Ella se quitó de inmediato y me dijo:
"Estás loca, las niñas solo pueden besar a los niños".

Fue entonces que supuse que jamás tendría la típica historia de amor de los cuentos que mi mamá solía leernos a Ailyn y a mí. Nunca me casaría, no tendría hijos, no tendría lo que "Todas las niñas de mi edad esperan tener cuando sea grandes".

Para mí buena suerte tuve más de lo que pensé a los 9 años, después de besar a lia.

Después de que Keylin le dijera a Victoria "ya te puedes casar" la idea se plantó en mi sin permiso.

Terminamos de comer, keylin y Wilmer subieron para atender a la pequeña Kathe.
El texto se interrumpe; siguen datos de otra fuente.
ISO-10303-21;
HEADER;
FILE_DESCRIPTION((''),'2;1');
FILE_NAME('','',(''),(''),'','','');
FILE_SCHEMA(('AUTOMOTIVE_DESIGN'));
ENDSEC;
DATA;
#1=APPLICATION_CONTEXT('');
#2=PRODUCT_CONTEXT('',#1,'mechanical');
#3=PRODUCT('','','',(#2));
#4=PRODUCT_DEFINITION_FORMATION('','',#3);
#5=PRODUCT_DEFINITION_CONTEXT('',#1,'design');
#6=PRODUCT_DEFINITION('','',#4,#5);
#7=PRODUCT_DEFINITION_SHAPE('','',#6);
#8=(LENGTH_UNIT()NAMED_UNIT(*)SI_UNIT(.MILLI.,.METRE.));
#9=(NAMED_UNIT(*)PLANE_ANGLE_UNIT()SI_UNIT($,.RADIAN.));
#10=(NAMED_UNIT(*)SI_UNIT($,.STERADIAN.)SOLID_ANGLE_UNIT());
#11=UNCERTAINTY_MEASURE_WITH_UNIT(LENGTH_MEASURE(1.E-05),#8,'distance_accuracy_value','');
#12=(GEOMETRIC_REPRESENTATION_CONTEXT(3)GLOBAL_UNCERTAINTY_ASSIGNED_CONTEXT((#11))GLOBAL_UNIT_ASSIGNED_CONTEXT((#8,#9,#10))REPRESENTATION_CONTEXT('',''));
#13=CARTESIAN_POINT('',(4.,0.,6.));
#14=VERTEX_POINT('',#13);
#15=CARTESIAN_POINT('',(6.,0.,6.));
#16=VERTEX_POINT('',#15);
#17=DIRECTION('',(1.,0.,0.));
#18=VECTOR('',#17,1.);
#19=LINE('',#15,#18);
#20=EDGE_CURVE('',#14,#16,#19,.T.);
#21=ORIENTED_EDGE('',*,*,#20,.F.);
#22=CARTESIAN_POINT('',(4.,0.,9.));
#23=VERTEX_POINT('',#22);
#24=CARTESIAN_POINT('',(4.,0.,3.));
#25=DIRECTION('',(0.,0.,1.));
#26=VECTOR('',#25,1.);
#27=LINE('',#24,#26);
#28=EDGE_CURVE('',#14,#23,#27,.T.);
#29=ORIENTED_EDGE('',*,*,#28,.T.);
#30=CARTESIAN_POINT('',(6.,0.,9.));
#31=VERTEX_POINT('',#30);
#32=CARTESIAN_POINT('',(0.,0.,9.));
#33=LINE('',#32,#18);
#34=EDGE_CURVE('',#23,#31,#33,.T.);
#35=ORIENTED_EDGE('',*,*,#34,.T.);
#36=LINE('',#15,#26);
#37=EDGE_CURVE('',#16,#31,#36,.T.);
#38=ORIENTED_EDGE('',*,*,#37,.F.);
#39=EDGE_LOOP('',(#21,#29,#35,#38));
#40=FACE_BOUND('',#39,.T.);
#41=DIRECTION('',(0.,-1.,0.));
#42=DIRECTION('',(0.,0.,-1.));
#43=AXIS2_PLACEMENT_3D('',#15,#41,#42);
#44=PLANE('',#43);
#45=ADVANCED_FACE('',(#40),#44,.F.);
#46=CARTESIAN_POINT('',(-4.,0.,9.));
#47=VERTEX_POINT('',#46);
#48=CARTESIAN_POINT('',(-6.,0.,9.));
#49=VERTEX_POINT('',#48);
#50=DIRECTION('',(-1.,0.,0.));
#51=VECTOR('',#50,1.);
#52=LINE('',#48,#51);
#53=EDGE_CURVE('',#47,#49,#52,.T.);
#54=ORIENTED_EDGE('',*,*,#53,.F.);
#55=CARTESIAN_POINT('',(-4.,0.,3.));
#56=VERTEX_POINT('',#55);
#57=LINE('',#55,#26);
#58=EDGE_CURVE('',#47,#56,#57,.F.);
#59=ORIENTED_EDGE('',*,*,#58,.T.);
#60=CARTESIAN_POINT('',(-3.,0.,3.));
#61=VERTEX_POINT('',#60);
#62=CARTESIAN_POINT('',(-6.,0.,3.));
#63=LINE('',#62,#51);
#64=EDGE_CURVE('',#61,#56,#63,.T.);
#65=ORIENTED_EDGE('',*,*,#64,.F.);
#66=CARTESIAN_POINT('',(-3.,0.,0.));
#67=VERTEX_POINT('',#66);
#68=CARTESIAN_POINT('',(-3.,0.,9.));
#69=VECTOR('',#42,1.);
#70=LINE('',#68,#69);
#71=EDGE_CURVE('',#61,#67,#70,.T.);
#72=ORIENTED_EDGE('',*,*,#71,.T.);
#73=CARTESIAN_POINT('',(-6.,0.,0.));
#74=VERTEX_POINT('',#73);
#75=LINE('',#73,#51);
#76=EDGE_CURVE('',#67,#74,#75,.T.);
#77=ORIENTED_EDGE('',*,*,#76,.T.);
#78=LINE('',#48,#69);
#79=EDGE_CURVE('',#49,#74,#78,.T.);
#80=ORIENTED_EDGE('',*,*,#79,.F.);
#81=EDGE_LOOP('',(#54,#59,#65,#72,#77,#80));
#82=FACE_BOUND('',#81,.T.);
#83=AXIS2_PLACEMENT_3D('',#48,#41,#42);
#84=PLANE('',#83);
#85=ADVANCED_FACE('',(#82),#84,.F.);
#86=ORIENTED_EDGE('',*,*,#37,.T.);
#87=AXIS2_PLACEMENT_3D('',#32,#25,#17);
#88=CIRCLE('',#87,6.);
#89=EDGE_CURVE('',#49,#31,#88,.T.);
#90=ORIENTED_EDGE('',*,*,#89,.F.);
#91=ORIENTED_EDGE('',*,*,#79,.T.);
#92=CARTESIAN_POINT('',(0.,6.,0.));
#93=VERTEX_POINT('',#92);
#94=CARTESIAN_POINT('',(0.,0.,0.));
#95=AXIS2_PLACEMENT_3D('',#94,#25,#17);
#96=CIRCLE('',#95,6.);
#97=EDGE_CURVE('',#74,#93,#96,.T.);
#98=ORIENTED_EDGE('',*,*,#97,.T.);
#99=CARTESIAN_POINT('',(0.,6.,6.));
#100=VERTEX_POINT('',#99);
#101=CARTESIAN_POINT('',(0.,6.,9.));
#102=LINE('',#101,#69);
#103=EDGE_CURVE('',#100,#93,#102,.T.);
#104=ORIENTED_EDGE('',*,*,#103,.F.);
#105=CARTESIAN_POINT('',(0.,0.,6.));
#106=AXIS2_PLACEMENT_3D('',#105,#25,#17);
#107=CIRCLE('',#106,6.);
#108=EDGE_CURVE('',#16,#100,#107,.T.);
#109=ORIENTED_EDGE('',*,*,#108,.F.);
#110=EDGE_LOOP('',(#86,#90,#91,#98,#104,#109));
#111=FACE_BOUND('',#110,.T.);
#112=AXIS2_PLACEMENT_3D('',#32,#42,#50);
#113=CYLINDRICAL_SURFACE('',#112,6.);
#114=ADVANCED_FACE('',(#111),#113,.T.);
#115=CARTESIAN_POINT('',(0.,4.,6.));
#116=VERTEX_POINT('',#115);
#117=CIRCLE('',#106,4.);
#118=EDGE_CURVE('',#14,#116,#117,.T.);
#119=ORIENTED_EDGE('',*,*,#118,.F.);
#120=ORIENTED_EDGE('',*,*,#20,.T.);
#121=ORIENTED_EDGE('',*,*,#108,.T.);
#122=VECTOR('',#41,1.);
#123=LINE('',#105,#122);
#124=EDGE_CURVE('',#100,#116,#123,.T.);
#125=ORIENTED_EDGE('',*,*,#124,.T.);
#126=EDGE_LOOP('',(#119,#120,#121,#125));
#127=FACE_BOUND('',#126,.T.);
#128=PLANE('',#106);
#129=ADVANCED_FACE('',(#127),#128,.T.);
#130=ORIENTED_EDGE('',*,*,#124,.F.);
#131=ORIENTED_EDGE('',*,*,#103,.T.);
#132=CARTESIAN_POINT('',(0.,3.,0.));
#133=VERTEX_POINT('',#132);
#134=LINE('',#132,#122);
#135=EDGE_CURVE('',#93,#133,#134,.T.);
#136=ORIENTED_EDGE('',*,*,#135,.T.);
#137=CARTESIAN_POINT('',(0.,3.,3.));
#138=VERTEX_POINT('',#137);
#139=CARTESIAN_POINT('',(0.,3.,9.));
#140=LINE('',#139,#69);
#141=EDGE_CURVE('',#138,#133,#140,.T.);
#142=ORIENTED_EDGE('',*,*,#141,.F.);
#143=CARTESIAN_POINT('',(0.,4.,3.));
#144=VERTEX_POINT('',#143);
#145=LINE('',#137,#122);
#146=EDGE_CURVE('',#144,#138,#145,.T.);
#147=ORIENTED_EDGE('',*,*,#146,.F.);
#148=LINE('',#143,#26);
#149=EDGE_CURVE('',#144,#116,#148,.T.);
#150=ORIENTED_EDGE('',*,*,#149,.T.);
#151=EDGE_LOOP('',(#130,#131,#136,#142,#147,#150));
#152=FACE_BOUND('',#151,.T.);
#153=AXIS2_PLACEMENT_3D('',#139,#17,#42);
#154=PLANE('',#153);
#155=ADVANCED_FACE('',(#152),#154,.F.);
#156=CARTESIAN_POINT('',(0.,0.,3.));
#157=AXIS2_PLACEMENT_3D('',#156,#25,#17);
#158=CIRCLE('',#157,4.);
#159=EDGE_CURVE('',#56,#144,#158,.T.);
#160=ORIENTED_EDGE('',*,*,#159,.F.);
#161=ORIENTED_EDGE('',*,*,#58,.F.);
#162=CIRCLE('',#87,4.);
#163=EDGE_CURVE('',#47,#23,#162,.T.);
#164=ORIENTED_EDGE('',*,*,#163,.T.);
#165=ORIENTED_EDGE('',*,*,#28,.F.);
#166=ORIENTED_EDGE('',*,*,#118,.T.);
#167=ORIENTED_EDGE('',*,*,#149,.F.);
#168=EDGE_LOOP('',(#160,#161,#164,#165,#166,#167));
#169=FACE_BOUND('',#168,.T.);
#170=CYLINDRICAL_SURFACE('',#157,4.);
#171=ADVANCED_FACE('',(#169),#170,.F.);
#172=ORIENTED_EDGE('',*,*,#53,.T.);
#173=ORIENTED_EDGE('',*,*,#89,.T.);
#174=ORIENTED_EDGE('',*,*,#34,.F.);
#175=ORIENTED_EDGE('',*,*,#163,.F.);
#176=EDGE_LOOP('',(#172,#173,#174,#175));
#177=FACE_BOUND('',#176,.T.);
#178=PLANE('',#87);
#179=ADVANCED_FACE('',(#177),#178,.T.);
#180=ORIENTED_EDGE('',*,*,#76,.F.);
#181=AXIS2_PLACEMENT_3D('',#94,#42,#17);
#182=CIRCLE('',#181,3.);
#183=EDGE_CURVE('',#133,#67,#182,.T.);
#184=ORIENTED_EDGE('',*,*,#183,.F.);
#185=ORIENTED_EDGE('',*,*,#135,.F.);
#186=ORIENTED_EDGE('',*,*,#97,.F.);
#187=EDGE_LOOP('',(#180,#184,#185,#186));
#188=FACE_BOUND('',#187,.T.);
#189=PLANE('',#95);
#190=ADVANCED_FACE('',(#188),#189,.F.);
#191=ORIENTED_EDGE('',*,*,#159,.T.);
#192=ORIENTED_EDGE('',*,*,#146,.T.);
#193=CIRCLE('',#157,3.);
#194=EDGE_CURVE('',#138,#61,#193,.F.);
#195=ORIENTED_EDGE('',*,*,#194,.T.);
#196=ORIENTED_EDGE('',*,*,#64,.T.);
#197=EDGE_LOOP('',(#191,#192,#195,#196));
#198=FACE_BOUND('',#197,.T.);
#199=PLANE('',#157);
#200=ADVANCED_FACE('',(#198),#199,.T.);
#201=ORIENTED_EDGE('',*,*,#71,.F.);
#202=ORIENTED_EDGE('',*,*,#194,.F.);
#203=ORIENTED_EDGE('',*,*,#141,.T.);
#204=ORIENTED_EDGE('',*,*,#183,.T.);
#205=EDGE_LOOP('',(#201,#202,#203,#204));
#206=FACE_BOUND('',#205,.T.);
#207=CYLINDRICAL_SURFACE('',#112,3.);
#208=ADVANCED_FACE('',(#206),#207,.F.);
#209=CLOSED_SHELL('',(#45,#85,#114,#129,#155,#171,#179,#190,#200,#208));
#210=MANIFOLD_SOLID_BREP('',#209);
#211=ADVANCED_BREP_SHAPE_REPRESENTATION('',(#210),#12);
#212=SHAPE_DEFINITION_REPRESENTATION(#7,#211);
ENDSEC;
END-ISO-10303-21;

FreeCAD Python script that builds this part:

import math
import FreeCAD as App
import Part
import Sketcher
from FreeCAD import Vector


def add_polygon(sketch, points):
    """Adds a closed chain of lines whose ends are joined by coincident constraints."""
    first, n = sketch.GeometryCount, len(points)
    for a, b in zip(points, points[1:] + points[:1]):
        sketch.addGeometry(Part.LineSegment(App.Vector(*a, 0), App.Vector(*b, 0)), False)
    for i in range(n):
        sketch.addConstraint(Sketcher.Constraint("Coincident", first + i, 2, first + (i + 1) % n, 1))

doc = App.newDocument("Part")
params = doc.addObject("Spreadsheet::Sheet", "Params")
for row, (alias, value) in enumerate([
    ("sketch1_radius", "6 mm"),
    ("sketch1_radius2", "3 mm"),
    ("pad1_length", "9 mm"),
    ("sketch2_width", "6 mm"),
    ("pocket1_length", "3 mm"),
    ("sketch3_diameter", "8 mm"),
    ("pocket2_length", "6 mm"),
], start=1):
    params.set(f"A{row}", alias)
    params.set(f"B{row}", "=" + value)
    params.setAlias(f"B{row}", alias)

body = doc.addObject("PartDesign::Body", "Body")

# Sketch on XY plane
sketch1 = doc.addObject("Sketcher::SketchObject", "Sketch")
body.addObject(sketch1)
sketch1.AttachmentSupport = (doc.XY_Plane, [""])
sketch1.MapMode = "FlatFace"
sketch1.addGeometry([
    Part.LineSegment(Vector(-3, 0, 0), Vector(-6, 0, 0)),
    Part.ArcOfCircle(Part.Circle(Vector(0, 0, 0), Vector(0, 0, 1), 6), math.radians(180), math.radians(450)),
    Part.LineSegment(Vector(0, 6, 0), Vector(0, 3, 0)),
    Part.ArcOfCircle(Part.Circle(Vector(0, 0, 0), Vector(0, 0, 1), 3), math.radians(180), math.radians(450)),
], False)
sketch1.addConstraint([
    Sketcher.Constraint("Coincident", 0, 2, 1, 1),
    Sketcher.Constraint("Coincident", 1, 2, 2, 1),
    Sketcher.Constraint("Coincident", 2, 2, 3, 2),
    Sketcher.Constraint("Coincident", 3, 1, 0, 1),
    Sketcher.Constraint("Horizontal", 0),
    Sketcher.Constraint("Vertical", 2),
    Sketcher.Constraint("Coincident", 1, 3, -1, 1),
    Sketcher.Constraint("Coincident", 3, 3, -1, 1),
    Sketcher.Constraint("PointOnObject", 0, 2, -1),
    Sketcher.Constraint("PointOnObject", 1, 2, -2),
    Sketcher.Constraint("Radius", 1, 6.0),
    Sketcher.Constraint("Radius", 3, 3.0),
])
sketch1.setExpression("Constraints[10]", "Params.sketch1_radius")
sketch1.setExpression("Constraints[11]", "Params.sketch1_radius2")
pad1 = doc.addObject("PartDesign::Pad", "Pad")
body.addObject(pad1)
pad1.Profile = sketch1
pad1.setExpression("Length", "Params.pad1_length")

# Sketch on XY plane
sketch2 = doc.addObject("Sketcher::SketchObject", "Sketch001")
body.addObject(sketch2)
sketch2.AttachmentSupport = (doc.XY_Plane, [""])
sketch2.MapMode = "FlatFace"
sketch2.AttachmentOffset = App.Placement(Vector(0, 0, 9), App.Rotation())
add_polygon(sketch2, [(0, 6), (0, 0), (6, 0), (6, 6)])  # lines 0-3
sketch2.addConstraint([
    Sketcher.Constraint("Vertical", 0),
    Sketcher.Constraint("Horizontal", 1),
    Sketcher.Constraint("Vertical", 2),
    Sketcher.Constraint("Horizontal", 3),
    Sketcher.Constraint("Coincident", 0, 2, -1, 1),
    Sketcher.Constraint("Equal", 3, 0),
    Sketcher.Constraint("DistanceX", 1, 1, 1, 2, 6.0),
])
sketch2.setExpression("Constraints[10]", "Params.sketch2_width")
pocket1 = doc.addObject("PartDesign::Pocket", "Pocket")
body.addObject(pocket1)
pocket1.Profile = sketch2
pocket1.setExpression("Length", "Params.pocket1_length")

# Sketch on XY plane
sketch3 = doc.addObject("Sketcher::SketchObject", "Sketch002")
body.addObject(sketch3)
sketch3.AttachmentSupport = (doc.XY_Plane, [""])
sketch3.MapMode = "FlatFace"
sketch3.AttachmentOffset = App.Placement(Vector(0, 0, 9), App.Rotation())
sketch3.addGeometry(Part.Circle(Vector(0, 0, 0), Vector(0, 0, 1), 4), False)
sketch3.addConstraint([
    Sketcher.Constraint("Coincident", 0, 3, -1, 1),
    Sketcher.Constraint("Diameter", 0, 8.0),
])
sketch3.setExpression("Constraints[1]", "Params.sketch3_diameter")
pocket2 = doc.addObject("PartDesign::Pocket", "Pocket001")
body.addObject(pocket2)
pocket2.Profile = sketch3
pocket2.setExpression("Length", "Params.pocket2_length")

doc.recompute()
Victoria y yo terminamos de recoger la cocina, y nos sentamos en el sillón para platicar que iba a pasar ahora que ya no trabaja en la universidad.

Keyla: ¿Qué piensas?
Victoria: Tengo una tristeza profunda, odio que todo esto haya pasado, no quiero ir a la universidad si tú no estarás ahí.
Keyla: También extrañaré verte durante mis clases, pero no voy a dejar que abandones la carrera.
Victoria: lo sé, debo prepararme porque sin duda un día quiero llegar a ser tan exitosa como tú amor.
Keyla: Y yo haré que suceda.
Victoria: Trabajaré los fines de semana, para sustentar todos mis gastos.
Keyla: No es necesario y lo sabes. Ya habías aceptado vivir conmigo, ¿ya no quieres?
Victoria: Si quiero, pero tengo miedo Key, con todo lo que ha pasado me he sentido frágil, no quiero ser un problema en tu vida.
Keyla: No digas tonterías, jamás serás un problema, al contrario no sabes lo feliz que me haría despertar a tu lado el resto de mi vida.
Victoria: Lo sé, también a mi me haría feliz.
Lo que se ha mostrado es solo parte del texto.